Event Management configuration preferences
Summarize
Summary of Event Management Configuration Preferences
This guide provides essential configuration preferences and best practices for ServiceNow Event Management, enabling customers to optimize event processing, alert handling, and system performance. It covers general settings, scaling, event integration, event and alert rule configurations, alert lifecycle management, and planning for large-scale deployments.
Show less
General Preferences
- Self-health Monitoring: Disabled by default; can be enabled in Event Management Properties to track system health using CIs created in the CMDB.
- Business Rules: Avoid writing inefficient or async business rules on event tables to prevent performance degradation. Prefer jobs over business rules for complex processing.
- Scaling: Monitor average event processing times before scaling throughput. Use performance statistics to identify bottlenecks.
- Large-Scale Configuration: Enable multi-node event processing and configure scheduled jobs based on deployment size and event rates.
- Latency Troubleshooting: Verify event bucket values and scheduled job states to ensure timely event processing.
- Event Archiving: Do not extend default retention periods; instead, create custom archive tables and scheduled jobs to back up events.
Event Integration
- SNMP Traps: Use monitoring tools to send SNMP traps and upload MIBs before defining event rules for accurate event parsing.
- Web Service API: Recommended for integration to reduce event rule complexity. Use dedicated credentials per event source.
- CloudWatch: Use dedicated credentials for integration.
- Email: Use only for low-volume event sources if other methods are unavailable.
Event Rules
- Write broad event rules first, followed by more specific ones with lower order values.
- Event processing does not modify original events; troubleshooting can be done via processing notes or UI actions.
- Ensure exact matching of event fields, especially for SNMP traps requiring MIB uploads.
- Establish consistent naming conventions for event rules, e.g., <customer acronym>.<Event Source>.<Description>.
- Populate key fields such as Source, Node, Type, Resource, and Metric Name to enable effective de-duplication and alert correlation.
- Include additional event data only in the Additional information field; do not add custom columns to event tables.
De-Duplication and CI Binding
- Use the messagekey field to identify duplicate events; default key combines Source, Node, Type, Resource, and Metric Name.

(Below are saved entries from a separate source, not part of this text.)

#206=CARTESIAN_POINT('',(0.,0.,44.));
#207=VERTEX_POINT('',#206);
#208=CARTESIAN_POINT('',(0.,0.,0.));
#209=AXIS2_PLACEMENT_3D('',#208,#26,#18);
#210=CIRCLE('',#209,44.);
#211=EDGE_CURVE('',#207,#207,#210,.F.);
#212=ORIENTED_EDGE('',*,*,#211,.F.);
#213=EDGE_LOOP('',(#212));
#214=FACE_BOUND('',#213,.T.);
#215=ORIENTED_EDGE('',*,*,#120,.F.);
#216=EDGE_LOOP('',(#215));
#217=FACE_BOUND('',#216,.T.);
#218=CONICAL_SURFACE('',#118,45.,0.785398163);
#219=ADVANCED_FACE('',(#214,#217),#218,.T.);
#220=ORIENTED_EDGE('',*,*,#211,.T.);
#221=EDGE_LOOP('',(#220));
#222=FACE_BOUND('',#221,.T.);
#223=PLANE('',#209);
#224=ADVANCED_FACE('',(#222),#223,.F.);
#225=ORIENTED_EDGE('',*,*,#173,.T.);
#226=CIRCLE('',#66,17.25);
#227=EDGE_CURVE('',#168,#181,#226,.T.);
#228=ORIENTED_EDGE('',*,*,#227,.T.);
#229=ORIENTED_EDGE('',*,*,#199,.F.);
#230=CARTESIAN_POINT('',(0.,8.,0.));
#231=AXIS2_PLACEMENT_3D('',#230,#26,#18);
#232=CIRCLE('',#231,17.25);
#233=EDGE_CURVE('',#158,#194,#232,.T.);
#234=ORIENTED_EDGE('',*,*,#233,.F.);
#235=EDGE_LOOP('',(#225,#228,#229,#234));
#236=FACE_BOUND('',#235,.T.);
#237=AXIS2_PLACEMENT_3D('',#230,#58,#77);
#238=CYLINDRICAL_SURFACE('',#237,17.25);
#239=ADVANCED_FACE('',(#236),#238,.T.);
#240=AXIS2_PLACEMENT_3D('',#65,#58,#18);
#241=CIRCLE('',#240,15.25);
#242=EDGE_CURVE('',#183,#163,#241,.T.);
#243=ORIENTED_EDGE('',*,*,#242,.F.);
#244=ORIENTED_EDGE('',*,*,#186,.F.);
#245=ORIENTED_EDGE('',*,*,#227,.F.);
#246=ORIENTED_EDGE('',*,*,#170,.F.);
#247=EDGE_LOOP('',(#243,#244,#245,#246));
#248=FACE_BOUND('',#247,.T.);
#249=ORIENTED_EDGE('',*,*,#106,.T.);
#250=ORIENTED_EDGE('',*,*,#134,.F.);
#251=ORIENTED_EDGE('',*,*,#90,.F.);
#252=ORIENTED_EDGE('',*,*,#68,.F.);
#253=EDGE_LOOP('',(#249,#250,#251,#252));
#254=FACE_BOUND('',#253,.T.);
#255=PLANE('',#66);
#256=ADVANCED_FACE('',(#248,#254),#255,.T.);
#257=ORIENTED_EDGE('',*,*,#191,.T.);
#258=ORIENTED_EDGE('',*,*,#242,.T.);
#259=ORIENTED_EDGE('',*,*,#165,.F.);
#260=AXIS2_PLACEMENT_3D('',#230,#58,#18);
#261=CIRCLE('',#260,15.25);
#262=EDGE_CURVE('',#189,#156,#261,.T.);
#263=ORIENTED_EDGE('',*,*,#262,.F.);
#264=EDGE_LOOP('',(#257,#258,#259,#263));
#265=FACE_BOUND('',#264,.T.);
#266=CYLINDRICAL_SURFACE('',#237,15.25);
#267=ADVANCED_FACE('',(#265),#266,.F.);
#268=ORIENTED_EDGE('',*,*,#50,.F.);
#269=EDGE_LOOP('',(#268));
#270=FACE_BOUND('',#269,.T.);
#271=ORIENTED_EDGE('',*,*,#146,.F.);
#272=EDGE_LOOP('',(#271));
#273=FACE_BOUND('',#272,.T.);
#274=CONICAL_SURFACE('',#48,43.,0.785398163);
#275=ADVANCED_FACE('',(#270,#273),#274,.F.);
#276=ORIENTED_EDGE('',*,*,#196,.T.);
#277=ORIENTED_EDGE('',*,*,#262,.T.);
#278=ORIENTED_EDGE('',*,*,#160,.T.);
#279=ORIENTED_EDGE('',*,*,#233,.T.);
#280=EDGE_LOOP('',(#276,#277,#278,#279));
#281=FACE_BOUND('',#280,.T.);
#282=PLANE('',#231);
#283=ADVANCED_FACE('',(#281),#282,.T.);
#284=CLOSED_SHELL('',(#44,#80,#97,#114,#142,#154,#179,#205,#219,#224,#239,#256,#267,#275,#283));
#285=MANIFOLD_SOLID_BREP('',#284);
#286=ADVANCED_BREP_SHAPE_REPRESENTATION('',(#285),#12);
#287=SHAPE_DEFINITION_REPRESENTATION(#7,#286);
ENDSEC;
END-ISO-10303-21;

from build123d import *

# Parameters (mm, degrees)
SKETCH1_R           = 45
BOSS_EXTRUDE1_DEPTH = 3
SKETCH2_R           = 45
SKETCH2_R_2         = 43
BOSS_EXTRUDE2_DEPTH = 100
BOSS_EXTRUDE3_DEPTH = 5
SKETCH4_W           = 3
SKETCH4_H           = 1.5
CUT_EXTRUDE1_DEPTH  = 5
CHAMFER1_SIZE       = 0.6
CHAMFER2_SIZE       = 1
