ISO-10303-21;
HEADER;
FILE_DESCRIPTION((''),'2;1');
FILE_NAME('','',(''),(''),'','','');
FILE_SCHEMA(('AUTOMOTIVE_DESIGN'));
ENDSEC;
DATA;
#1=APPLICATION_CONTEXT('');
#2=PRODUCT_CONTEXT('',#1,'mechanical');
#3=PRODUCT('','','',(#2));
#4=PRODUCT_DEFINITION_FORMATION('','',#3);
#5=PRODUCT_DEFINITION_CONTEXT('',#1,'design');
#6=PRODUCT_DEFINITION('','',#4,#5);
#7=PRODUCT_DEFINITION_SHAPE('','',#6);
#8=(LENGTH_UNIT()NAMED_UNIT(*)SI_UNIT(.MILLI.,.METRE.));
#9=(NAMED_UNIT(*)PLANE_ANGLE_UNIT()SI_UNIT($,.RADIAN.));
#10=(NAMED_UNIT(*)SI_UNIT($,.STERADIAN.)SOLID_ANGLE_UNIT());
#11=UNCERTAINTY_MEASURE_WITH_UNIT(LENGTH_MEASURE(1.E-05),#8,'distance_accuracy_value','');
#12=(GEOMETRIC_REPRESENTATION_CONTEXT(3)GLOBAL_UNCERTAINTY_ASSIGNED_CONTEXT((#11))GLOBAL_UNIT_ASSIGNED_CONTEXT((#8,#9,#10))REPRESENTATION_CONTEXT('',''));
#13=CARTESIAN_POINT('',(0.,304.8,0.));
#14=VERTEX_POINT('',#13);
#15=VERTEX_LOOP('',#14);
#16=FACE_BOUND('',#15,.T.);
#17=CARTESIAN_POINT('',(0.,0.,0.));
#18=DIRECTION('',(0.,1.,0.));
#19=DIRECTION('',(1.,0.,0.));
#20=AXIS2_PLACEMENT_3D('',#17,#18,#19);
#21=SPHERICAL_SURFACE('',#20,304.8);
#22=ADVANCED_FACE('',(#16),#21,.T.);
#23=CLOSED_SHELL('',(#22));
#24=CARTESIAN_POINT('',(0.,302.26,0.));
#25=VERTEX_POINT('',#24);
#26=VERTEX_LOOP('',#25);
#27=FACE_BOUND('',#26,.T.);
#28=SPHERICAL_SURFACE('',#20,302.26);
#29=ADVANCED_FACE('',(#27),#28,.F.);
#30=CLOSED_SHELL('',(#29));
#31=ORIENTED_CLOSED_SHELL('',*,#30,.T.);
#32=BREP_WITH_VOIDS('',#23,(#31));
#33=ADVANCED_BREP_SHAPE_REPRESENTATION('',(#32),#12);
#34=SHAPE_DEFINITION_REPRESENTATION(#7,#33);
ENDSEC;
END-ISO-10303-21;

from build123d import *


with BuildPart() as part:
    # Sketch1 → Revolve-Thin1 (revolve)
    with BuildSketch(Plane.XY):
        with BuildLine():
            ThreePointArc((0, 304.8), (304.8, 0), (0, -304.8))
            Line((0, -304.8), (0, -302.26))
            ThreePointArc((0, -302.26), (302.26, 0), (0, 302.26))
            Line((0, 302.26), (0, 304.8))
        make_face()
    revolve(axis=Axis((0, 56.592804598, 0), (0, -1, 0)))


solid = part.part
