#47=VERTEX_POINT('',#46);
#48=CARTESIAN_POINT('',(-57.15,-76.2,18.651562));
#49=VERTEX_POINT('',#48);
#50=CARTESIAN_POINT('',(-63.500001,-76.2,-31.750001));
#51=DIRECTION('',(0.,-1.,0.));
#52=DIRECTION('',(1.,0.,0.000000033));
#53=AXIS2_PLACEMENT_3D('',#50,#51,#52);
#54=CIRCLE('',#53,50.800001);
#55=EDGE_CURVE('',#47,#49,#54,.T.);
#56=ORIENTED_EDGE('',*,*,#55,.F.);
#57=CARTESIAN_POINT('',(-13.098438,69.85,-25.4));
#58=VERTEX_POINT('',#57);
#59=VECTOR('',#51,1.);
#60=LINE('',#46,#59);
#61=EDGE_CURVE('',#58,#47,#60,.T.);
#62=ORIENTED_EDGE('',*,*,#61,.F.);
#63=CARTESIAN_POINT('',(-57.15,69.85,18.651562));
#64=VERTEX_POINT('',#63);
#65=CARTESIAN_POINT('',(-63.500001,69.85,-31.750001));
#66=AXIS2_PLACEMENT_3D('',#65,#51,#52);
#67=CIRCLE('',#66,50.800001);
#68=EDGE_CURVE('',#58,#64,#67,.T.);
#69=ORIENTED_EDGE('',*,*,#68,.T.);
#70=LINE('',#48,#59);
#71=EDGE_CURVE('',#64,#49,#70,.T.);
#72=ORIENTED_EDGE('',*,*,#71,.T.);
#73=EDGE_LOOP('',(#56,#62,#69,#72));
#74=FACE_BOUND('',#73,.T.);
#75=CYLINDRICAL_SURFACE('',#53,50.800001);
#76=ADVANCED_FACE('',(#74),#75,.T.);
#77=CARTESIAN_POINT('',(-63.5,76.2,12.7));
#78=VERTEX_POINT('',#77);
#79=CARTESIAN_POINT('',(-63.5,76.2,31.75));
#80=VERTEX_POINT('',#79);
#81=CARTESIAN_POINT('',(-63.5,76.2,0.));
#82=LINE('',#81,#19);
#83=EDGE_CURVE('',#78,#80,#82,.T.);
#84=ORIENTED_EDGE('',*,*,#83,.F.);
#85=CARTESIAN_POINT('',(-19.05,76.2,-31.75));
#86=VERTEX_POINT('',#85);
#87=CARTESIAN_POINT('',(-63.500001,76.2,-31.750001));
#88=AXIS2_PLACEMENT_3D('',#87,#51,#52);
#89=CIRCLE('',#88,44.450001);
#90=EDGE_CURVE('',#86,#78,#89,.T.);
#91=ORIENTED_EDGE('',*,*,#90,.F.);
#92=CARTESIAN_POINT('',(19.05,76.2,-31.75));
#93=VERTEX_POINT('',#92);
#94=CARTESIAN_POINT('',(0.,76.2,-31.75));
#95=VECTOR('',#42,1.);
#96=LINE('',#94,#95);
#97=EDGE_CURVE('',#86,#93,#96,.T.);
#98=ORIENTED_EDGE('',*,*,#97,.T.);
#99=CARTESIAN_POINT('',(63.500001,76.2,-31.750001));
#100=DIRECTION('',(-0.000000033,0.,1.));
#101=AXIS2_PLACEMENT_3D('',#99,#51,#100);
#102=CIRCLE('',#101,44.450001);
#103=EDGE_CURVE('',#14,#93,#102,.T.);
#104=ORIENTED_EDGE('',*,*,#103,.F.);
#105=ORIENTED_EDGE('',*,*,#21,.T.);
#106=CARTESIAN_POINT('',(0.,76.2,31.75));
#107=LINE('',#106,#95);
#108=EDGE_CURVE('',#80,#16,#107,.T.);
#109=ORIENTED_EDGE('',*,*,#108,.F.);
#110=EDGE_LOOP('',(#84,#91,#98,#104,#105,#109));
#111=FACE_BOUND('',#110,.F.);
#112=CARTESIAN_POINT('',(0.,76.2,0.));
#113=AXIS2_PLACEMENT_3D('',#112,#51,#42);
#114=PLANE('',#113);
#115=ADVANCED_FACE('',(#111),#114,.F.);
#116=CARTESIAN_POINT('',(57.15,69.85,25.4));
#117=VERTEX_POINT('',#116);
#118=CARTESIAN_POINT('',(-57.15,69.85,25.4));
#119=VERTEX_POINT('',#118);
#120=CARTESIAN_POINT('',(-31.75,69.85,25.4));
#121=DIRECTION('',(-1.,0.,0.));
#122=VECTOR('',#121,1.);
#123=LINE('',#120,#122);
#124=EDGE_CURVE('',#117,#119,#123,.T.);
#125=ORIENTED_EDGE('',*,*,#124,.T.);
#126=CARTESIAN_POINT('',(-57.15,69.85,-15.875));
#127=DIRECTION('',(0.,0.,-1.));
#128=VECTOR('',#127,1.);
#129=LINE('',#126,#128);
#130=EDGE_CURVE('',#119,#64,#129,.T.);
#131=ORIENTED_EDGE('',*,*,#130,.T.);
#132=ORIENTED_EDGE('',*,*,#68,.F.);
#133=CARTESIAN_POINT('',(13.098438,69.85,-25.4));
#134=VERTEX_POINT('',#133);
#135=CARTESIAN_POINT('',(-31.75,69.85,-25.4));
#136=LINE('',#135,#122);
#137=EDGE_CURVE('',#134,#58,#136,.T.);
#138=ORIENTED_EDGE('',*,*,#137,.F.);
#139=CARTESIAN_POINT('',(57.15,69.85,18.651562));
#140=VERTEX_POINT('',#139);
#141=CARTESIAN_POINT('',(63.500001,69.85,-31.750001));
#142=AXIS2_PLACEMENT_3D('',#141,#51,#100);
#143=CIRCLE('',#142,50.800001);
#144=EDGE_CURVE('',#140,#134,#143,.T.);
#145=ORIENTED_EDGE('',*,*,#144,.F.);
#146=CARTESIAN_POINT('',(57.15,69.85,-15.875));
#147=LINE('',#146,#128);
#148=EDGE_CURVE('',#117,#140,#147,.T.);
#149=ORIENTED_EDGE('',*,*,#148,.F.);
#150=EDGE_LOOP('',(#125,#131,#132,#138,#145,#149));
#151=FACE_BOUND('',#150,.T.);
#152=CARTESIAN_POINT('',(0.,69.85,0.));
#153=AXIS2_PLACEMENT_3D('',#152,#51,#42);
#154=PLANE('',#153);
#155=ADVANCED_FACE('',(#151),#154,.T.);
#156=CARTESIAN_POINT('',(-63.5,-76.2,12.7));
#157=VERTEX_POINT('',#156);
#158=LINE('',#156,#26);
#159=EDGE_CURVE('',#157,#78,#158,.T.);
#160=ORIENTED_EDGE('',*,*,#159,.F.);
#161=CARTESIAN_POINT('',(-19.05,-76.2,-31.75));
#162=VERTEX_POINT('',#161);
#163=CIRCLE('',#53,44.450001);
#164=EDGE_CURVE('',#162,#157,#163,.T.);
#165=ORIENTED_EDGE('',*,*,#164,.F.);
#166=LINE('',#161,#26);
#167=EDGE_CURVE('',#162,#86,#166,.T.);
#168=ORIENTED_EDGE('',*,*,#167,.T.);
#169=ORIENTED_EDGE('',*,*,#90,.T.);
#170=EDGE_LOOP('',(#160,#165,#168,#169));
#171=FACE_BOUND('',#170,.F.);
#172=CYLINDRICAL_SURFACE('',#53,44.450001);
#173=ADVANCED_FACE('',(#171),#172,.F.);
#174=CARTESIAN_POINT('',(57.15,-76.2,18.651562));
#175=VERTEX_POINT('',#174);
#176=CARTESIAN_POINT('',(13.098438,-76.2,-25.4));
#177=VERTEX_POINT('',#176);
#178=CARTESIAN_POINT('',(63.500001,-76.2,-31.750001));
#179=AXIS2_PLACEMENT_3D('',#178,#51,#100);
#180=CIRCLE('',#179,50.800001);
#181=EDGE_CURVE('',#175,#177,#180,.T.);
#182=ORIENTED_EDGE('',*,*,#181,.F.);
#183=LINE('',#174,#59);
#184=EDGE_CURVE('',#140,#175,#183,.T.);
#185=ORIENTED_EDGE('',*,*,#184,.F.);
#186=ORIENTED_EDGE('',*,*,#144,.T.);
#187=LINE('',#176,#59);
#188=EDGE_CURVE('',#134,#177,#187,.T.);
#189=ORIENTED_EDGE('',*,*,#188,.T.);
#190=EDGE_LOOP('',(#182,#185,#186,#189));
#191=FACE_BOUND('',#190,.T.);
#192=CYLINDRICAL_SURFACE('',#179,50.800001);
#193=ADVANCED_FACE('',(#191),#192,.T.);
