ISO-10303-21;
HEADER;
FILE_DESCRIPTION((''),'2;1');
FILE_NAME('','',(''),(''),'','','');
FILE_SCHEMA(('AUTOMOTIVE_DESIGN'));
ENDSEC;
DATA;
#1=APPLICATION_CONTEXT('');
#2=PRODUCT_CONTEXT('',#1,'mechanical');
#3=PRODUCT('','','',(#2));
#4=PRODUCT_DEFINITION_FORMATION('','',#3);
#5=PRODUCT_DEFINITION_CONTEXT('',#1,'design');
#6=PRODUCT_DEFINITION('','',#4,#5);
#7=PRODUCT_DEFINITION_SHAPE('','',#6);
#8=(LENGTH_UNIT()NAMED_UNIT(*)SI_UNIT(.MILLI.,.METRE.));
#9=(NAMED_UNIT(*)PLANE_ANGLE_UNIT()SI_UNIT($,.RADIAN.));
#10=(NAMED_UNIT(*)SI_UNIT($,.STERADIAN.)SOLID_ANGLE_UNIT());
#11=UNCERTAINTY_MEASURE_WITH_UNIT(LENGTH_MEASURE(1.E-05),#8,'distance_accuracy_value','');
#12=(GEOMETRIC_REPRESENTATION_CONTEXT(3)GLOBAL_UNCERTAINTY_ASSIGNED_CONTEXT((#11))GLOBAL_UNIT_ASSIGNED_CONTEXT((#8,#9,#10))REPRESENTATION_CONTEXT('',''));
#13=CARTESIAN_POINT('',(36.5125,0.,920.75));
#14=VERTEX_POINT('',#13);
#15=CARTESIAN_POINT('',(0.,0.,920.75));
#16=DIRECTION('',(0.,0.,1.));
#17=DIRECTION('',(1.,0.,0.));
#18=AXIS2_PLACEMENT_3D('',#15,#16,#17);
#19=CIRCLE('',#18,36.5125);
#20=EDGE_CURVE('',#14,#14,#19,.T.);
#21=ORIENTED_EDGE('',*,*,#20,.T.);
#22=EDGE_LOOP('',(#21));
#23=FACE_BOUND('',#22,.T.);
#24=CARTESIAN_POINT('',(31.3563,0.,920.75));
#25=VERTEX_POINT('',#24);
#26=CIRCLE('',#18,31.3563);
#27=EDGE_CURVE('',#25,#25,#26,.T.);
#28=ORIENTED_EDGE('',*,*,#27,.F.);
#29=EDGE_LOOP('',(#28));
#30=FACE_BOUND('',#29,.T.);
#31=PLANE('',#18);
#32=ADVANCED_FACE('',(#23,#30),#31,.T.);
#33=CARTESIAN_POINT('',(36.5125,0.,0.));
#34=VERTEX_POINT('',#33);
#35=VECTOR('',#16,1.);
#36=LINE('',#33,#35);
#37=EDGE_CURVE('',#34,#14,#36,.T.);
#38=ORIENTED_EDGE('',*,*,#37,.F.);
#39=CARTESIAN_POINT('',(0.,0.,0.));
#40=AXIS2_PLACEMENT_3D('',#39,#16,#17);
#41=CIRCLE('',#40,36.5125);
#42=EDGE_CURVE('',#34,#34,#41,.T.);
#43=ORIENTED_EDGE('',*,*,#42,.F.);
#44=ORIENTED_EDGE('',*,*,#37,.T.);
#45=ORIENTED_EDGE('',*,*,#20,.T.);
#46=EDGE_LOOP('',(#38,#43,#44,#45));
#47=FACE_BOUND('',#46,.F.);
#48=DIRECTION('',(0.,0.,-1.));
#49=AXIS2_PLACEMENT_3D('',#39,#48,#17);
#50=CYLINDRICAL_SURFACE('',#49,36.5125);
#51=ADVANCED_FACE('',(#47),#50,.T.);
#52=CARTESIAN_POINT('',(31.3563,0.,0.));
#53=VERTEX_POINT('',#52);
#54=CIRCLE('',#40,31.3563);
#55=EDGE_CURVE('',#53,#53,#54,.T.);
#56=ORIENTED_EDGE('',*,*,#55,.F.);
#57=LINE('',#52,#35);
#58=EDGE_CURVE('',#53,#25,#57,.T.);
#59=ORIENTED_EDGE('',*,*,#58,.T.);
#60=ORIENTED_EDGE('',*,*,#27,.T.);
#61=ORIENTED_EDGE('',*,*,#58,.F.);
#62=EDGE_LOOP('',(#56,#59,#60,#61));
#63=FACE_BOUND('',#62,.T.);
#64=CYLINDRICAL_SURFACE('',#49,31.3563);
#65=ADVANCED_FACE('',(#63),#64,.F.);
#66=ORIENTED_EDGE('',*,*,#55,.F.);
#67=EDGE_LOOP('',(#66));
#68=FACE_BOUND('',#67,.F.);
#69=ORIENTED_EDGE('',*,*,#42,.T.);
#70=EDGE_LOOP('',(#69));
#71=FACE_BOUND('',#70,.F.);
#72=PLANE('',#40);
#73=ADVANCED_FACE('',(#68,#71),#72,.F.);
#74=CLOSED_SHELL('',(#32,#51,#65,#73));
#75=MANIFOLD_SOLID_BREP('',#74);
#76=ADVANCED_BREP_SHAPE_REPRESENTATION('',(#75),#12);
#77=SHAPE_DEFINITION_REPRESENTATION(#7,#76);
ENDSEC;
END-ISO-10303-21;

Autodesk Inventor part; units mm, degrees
ref_plane "YZ Plane" through (0, 0, 0) normal (1, 0, 0) x (0, 1, 0)
ref_plane "XZ Plane" through (0, 0, 0) normal (0, 1, 0) x (-1, 0, 0)
ref_plane "XY Plane" through (0, 0, 0) normal (0, 0, 1) x (1, 0, 0)
sketch "Sketch1" plane through (0, 0, 0) normal (0, 0, 1) x (1, 0, 0)
  circle A0 centre (0, 0) radius 36.5125
  circle A1 centre (0, 0) radius 31.3563
  dimension "d0" = 73.025
  dimension "d1" = 62.7126
extrude "Extrusion1" add sketch "Sketch1" along normal blind 920.75
properties part number "A1-18002-100-23 2.25in x 3.5ft bar tube" material "PVC-Piping"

- Ensure event sources populate these fields to improve processing distribution and throughput.
- Bind alerts to configuration items (CIs) via the Node field or ciidentifiers JSON to associate alerts accurately with hosts or devices.
Alert Settings and Lifecycle
- Alerts open when events exceed thresholds and are not duplicates; close upon receiving closing events or manual closure.
- Alerts can be reopened if the same message key event occurs within a configurable timeframe.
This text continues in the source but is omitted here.